J'ai accepté de les prendre en photo, car je suis plus gentil que j'en ai l'air. (De toute manière, j'étais trop soûl pour me lancer dans une explication qui n'aurait ressemblé qu'à une longue tirade d'aigri (alors que ce n'était pas du tout cela, attention) – ça ne s'est jamais vu dans l'histoire du monde, un type à qui vous demandez de vous prendre en photo avec votre femme et qui répond: «Non, je ne veux pas.») J'ai pris leur appareil en essayant de sourire pour leur faire plaisir, j'ai reculé de quelques pas (je tenais à peine debout) et j'ai immortalisé leur chance. Côte à côte, le bras du mari autour de la taille de la femme et le bras de la femme autour de la taille du mari, les têtes penchées l'une contre l'autre, ils rayonnaient. Un peu comme Pollux Lesiak et moi, si on se retrouvait. J'ai attendu un moment avant d'appuyer sur le bouton, pour les regarder encore. Plutôt moches si on les prenait séparément, mais touchants ensemble, Après tout, ils penseraient peut-être à moi en revoyant cette photo dans vingt ans. Il fallait que j'arrête de voir tout en noir. Allez, clic. J'ai tout de même pris soin de leur couper la tête, par principe.

Je leur ai rendu leur saleté d'appareil et suis resté seul face à l'église. Ça n'allait pas très fort: la déconfiture et son sinistre cortège.

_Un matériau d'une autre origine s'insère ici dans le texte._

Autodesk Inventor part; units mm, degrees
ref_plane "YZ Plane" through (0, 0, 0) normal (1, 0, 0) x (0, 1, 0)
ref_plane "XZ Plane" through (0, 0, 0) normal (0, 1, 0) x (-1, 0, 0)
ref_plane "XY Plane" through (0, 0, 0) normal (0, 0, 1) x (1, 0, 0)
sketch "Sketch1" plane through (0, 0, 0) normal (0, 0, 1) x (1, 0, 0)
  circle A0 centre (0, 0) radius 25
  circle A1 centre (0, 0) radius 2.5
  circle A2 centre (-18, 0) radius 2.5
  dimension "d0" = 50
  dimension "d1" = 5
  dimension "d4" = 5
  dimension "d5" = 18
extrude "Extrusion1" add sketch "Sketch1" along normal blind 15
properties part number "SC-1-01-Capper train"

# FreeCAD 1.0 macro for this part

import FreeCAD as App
import Part
import Sketcher
Q = App.Units.Quantity

doc = App.newDocument("Part")
params = doc.addObject("Spreadsheet::Sheet", "Params")
for row, (alias, value) in enumerate([
    ("sketch1_diameter", "50 mm"),
    ("sketch1_diameter2", "5 mm"),
    ("pad1_length", "15 mm"),
], start=1):
    params.set(f"A{row}", alias)
    params.set(f"B{row}", "=" + value)
    params.setAlias(f"B{row}", alias)

body = doc.addObject("PartDesign::Body", "Body")

# Sketch on XY plane
sketch1 = body.newObject("Sketcher::SketchObject", "Sketch")
sketch1.AttachmentSupport = (doc.getObject("XY_Plane"), [""])
sketch1.MapMode = "FlatFace"
sketch1.addGeometry([
    Part.Circle(App.Vector(0, 0, 0), App.Vector(0, 0, 1), 25),
    Part.Circle(App.Vector(-18, 0, 0), App.Vector(0, 0, 1), 2.5),
    Part.Circle(App.Vector(0, 0, 0), App.Vector(0, 0, 1), 2.5),
], False)
sketch1.addConstraint([
    Sketcher.Constraint("Coincident", 0, 3, -1, 1),
    Sketcher.Constraint("Coincident", 2, 3, -1, 1),
    Sketcher.Constraint("Equal", 1, 2),
    Sketcher.Constraint("PointOnObject", 1, 3, -1),
    Sketcher.Constraint("Diameter", 0, Q("50 mm")),
    Sketcher.Constraint("Diameter", 1, Q("5 mm")),
    Sketcher.Constraint("DistanceX", 1, 3, -1, 1, Q("18 mm")),
])
sketch1.setExpression("Constraints[4]", "Params.sketch1_diameter")
sketch1.setExpression("Constraints[5]", "Params.sketch1_diameter2")
pad1 = body.newObject("PartDesign::Pad", "Pad")
pad1.Profile = sketch1
pad1.setExpression("Length", "Params.pad1_length")

doc.recompute()
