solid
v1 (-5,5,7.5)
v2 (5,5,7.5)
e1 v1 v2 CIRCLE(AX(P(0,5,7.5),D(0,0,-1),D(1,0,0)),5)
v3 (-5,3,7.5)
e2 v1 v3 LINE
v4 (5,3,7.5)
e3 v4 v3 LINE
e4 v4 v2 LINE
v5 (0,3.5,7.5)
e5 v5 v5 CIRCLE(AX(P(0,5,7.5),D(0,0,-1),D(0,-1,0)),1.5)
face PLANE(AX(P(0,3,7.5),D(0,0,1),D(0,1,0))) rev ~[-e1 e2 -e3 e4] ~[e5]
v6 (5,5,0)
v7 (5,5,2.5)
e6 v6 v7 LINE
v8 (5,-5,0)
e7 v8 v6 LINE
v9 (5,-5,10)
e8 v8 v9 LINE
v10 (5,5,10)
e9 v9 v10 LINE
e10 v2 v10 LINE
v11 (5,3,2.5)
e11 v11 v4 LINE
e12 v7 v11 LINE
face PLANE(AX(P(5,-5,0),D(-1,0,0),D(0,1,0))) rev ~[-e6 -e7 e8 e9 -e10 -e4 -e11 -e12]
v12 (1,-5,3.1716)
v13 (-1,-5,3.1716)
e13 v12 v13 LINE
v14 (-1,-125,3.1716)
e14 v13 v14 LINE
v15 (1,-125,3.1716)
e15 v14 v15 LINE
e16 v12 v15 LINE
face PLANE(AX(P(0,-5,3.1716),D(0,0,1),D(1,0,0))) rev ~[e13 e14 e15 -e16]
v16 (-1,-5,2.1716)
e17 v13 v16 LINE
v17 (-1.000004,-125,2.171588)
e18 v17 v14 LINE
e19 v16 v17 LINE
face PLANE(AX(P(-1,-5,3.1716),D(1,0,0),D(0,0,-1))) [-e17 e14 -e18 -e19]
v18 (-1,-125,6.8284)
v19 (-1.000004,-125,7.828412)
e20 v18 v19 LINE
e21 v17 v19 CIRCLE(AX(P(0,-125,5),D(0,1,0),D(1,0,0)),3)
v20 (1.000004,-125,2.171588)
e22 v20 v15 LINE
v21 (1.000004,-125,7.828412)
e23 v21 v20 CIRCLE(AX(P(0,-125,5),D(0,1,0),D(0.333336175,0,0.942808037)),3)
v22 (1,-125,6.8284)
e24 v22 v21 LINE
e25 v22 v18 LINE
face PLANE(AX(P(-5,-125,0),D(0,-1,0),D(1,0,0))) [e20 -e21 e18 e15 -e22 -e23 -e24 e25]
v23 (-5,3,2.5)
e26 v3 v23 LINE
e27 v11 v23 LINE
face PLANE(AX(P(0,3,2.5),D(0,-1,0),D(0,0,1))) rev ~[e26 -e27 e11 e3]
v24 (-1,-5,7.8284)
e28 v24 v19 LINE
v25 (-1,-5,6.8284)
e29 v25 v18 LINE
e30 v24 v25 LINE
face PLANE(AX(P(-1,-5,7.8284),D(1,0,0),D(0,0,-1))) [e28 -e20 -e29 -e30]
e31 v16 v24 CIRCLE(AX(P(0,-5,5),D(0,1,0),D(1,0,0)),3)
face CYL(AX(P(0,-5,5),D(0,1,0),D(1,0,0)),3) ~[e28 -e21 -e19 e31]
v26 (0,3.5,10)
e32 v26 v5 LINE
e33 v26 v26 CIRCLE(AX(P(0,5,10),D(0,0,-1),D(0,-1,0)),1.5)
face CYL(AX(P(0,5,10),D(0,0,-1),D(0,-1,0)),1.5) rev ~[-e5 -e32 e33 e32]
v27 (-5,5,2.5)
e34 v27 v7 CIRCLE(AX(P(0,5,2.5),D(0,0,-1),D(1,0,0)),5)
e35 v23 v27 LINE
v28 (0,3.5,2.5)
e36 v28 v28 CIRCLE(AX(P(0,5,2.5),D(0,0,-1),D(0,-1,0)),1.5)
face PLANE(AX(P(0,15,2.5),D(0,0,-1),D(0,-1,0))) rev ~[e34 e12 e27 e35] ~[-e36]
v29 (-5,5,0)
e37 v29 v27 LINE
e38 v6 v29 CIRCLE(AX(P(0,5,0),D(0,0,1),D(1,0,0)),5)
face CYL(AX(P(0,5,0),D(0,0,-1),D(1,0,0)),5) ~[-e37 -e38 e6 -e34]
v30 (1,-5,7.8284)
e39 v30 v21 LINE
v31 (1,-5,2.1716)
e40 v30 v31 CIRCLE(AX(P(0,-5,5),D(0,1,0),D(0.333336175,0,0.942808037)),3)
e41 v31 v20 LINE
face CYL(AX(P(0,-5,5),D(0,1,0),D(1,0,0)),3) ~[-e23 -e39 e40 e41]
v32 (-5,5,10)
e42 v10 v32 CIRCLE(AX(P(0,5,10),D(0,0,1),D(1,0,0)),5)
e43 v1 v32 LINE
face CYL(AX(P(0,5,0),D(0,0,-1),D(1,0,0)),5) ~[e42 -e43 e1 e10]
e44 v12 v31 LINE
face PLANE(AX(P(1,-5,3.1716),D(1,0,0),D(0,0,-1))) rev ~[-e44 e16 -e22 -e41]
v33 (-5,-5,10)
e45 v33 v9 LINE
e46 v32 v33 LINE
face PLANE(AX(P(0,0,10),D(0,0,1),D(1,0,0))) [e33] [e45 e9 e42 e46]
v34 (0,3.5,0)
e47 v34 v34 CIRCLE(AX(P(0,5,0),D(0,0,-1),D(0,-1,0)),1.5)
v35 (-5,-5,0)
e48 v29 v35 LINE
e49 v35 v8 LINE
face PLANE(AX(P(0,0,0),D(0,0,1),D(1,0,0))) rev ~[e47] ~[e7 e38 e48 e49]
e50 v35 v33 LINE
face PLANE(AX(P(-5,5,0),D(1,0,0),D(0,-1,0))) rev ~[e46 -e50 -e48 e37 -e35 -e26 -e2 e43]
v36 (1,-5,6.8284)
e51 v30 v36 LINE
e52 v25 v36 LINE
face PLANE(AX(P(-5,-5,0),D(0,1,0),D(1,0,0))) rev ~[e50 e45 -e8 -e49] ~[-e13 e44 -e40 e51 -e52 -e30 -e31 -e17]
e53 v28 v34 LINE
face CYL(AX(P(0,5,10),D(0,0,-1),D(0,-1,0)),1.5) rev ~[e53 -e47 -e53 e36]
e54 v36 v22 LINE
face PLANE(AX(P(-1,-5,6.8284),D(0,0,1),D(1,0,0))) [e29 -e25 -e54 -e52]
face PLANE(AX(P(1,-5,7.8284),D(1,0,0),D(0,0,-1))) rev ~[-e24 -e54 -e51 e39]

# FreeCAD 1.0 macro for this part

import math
import FreeCAD as App
import Part
import Sketcher

V = App.Vector


def add_polygon(sketch, points):
    """Adds a closed chain of lines whose ends are joined by coincident constraints."""
    first, n = sketch.GeometryCount, len(points)
    for a, b in zip(points, points[1:] + points[:1]):
        sketch.addGeometry(Part.LineSegment(App.Vector(*a, 0), App.Vector(*b, 0)), False)
    for i in range(n):
        sketch.addConstraint(Sketcher.Constraint("Coincident", first + i, 2, first + (i + 1) % n, 1))

doc = App.newDocument("Part")
body = doc.addObject("PartDesign::Body", "Body")

sketch1 = doc.addObject("Sketcher::SketchObject", "Sketch")
body.addObject(sketch1)
sketch1.AttachmentSupport = (doc.XY_Plane, [""])
sketch1.MapMode = "FlatFace"
sketch1.addGeometry([
    Part.LineSegment(V(-5, 5, 0), V(-5, -5, 0)),
    Part.LineSegment(V(-5, -5, 0), V(5, -5, 0)),
    Part.LineSegment(V(5, -5, 0), V(5, 5, 0)),
    Part.ArcOfCircle(Part.Circle(V(0, 5, 0), V(0, 0, 1), 5), math.radians(0), math.radians(180)),
], False)
sketch1.addConstraint([
    Sketcher.Constraint("Coincident", 0, 2, 1, 1),
    Sketcher.Constraint("Coincident", 1, 2, 2, 1),
    Sketcher.Constraint("Tangent", 2, 2, 3, 1),
    Sketcher.Constraint("Tangent", 3, 2, 0, 1),
    Sketcher.Constraint("Vertical", 0),
    Sketcher.Constraint("Horizontal", 1),
    Sketcher.Constraint("Vertical", 2),
    Sketcher.Constraint("Symmetric", 0, 2, 2, 2, -1, 1),
    Sketcher.Constraint("Equal", 1, 0),
    Sketcher.Constraint("Radius", 3, 5.0),
])
pad1 = doc.addObject("PartDesign::Pad", "Pad")
body.addObject(pad1)
pad1.Profile = sketch1
pad1.Length = 10

sketch2 = doc.addObject("Sketcher::SketchObject", "Sketch001")
body.addObject(sketch2)
sketch2.AttachmentSupport = (doc.XY_Plane, [""])
sketch2.MapMode = "FlatFace"
sketch2.AttachmentOffset = App.Placement(V(0, 0, 10), App.Rotation())
sketch2.addGeometry(Part.Circle(V(0, 5, 0), V(0, 0, 1), 1.5), False)
sketch2.addConstraint([
    Sketcher.Constraint("PointOnObject", 0, 3, -2),
    Sketcher.Constraint("Diameter", 0, 3.0),
    Sketcher.Constraint("DistanceY", -1, 1, 0, 3, 5.0),
])
doc.recompute()
hole = doc.addObject("PartDesign::Hole", "Hole")
body.addObject(hole)
hole.Profile = sketch2
hole.ThreadType = "None"
hole.Diameter = 3
hole.DepthType = "ThroughAll"

sketch3 = doc.addObject("Sketcher::SketchObject", "Sketch002")
body.addObject(sketch3)
sketch3.AttachmentSupport = (doc.YZ_Plane, [""])
sketch3.MapMode = "FlatFace"
add_polygon(sketch3, [(3, 2), (15, 2), (15, 8), (3, 8)])
sketch3.addConstraint([
    Sketcher.Constraint("Horizontal", 0),
    Sketcher.Constraint("Vertical", 1),
    Sketcher.Constraint("Horizontal", 2),
    Sketcher.Constraint("Vertical", 3),
    Sketcher.Constraint("DistanceX", 0, 1, 0, 2, 12.0),
    Sketcher.Constraint("DistanceY", 1, 1, 1, 2, 5.0),
    Sketcher.Constraint("DistanceY", -1, 1, 0, 2, 2.5),
    Sketcher.Constraint("DistanceX", -1, 1, 0, 2, 15.0),
])
pocket1 = doc.addObject("PartDesign::Pocket", "Pocket")
body.addObject(pocket1)
pocket1.Profile = sketch3
pocket1.Length = 100
pocket1.Midplane = True

sketch4 = doc.addObject("Sketcher::SketchObject", "Sketch003")
body.addObject(sketch4)
sketch4.AttachmentSupport = (doc.XZ_Plane, [""])
sketch4.MapMode = "FlatFace"
sketch4.AttachmentOffset = App.Placement(V(0, 0, 5), App.Rotation())
sketch4.addGeometry(Part.Circle(V(0, 5, 0), V(0, 0, 1), 3), False)
sketch4.addConstraint([
    Sketcher.Constraint("PointOnObject", 0, 3, -2),
    Sketcher.Constraint("Diameter", 0, 6.0),
    Sketcher.Constraint("DistanceY", -1, 1, 0, 3, 5.0),
])
pad2 = doc.addObject("PartDesign::Pad", "Pad001")
body.addObject(pad2)
pad2.Profile = sketch4
pad2.Length = 120

sketch5 = doc.addObject("Sketcher::SketchObject", "Sketch004")
body.addObject(sketch5)
sketch5.AttachmentSupport = (doc.XZ_Plane, [""])
sketch5.MapMode = "FlatFace"
sketch5.AttachmentOffset = App.Placement(V(0, 0, 5), App.Rotation())
sketch5.addGeometry([
    Part.LineSegment(V(1, 6.8, 0), V(1, 7.8, 0)),
    Part.ArcOfCircle(Part.Circle(V(0, 5, 0), V(0, 0, 1), 3), math.radians(71), math.radians(109)),
    Part.LineSegment(V(-1, 7.8, 0), V(-1, 6.8, 0)),
    Part.LineSegment(V(-1, 6.8, 0), V(1, 6.8, 0)),
    Part.LineSegment(V(1, 2.2, 0), V(1, 3.2, 0)),
    Part.LineSegment(V(1, 3.2, 0), V(-1, 3.2, 0)),
    Part.LineSegment(V(-1, 3.2, 0), V(-1, 2.2, 0)),
    Part.ArcOfCircle(Part.Circle(V(0, 5, 0), V(0, 0, 1), 3), math.radians(-109), math.radians(-71)),
], False)
sketch5.addConstraint([
    Sketcher.Constraint("Coincident", 0, 2, 1, 1),
    Sketcher.Constraint("Coincident", 1, 2, 2, 1),
    Sketcher.Constraint("Coincident", 2, 2, 3, 1),
    Sketcher.Constraint("Coincident", 3, 2, 0, 1),
    Sketcher.Constraint("Coincident", 4, 2, 5, 1),
    Sketcher.Constraint("Coincident", 5, 2, 6, 1),
    Sketcher.Constraint("Coincident", 6, 2, 7, 1),
    Sketcher.Constraint("Coincident", 7, 2, 4, 1),
    Sketcher.Constraint("Vertical", 0),
    Sketcher.Constraint("Vertical", 2),
    Sketcher.Constraint("Horizontal", 3),
    Sketcher.Constraint("Vertical", 4),
    Sketcher.Constraint("Horizontal", 5),
    Sketcher.Constraint("Vertical", 6),
    Sketcher.Constraint("Coincident", 7, 3, 1, 3),
    Sketcher.Constraint("Equal", 1, 7),
    Sketcher.Constraint("Symmetric", 0, 2, 1, 2, -2),
    Sketcher.Constraint("Horizontal", 6, 2, 7, 2),
    Sketcher.Constraint("Vertical", 3, 2, 4, 2),
    Sketcher.Constraint("Equal", 2, 4),
    Sketcher.Constraint("Radius", 1, 3.0),
    Sketcher.Constraint("DistanceX", 3, 1, 3, 2, 2.0),
    Sketcher.Constraint("DistanceY", 0, 1, 0, 2, 1.0),
    Sketcher.Constraint("DistanceY", -1, 1, 1, 3, 5.0),
])
pocket2 = doc.addObject("PartDesign::Pocket", "Pocket001")
body.addObject(pocket2)
pocket2.Profile = sketch5
pocket2.Type = "ThroughAll"
pocket2.Reversed = True

doc.recompute()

J'ai monté les marches de l'église et jeté un coup d'œil à l'intérieur. Sur les bancs, quelques vieux priaient. Mains jointes et tête baissée, entièrement livrés au ciel, offerts et pleins d'espoir. (J'ai eu cette vision lugubre: l'amoureux timide devant l'appartement de sa belle, qui sonne (il sait qu'elle est toujours là à cette heure) et se décide enfin à lui faire à travers la porte la fervente déclaration qu'il rumine depuis des mois. Il se lance dans la plus belle déclaration d'amour qu'homme ait jamais faite à femme, les mots viennent tout seuls, or et sucre à chaque syllabe, la passion du poète, dix minutes d'inspiration géniale comme il n'en connaîtra plus jamais dans sa vie. Il conclut sur quelque cerise lyrique et tend l'oreille: elle n'ose pas répondre. Et lui n'ose pas insister, réclamer une décision immédiate, trop heureux d'avoir enfin soulagé son cœur, il redescend l'escalier avec le sourire de celui qui vient enfin d'accepter son destin, tandis que sa promise tâte les camemberts à l'épicerie du coin.)

Ces braves vieux sur les bancs, avec leurs si belles prières à l'intérieur, me faisaient penser à cet amoureux derrière la porte de l'appartement vide. Entièrement offerts à rien.

J'avais absolument besoin d'un petit verre.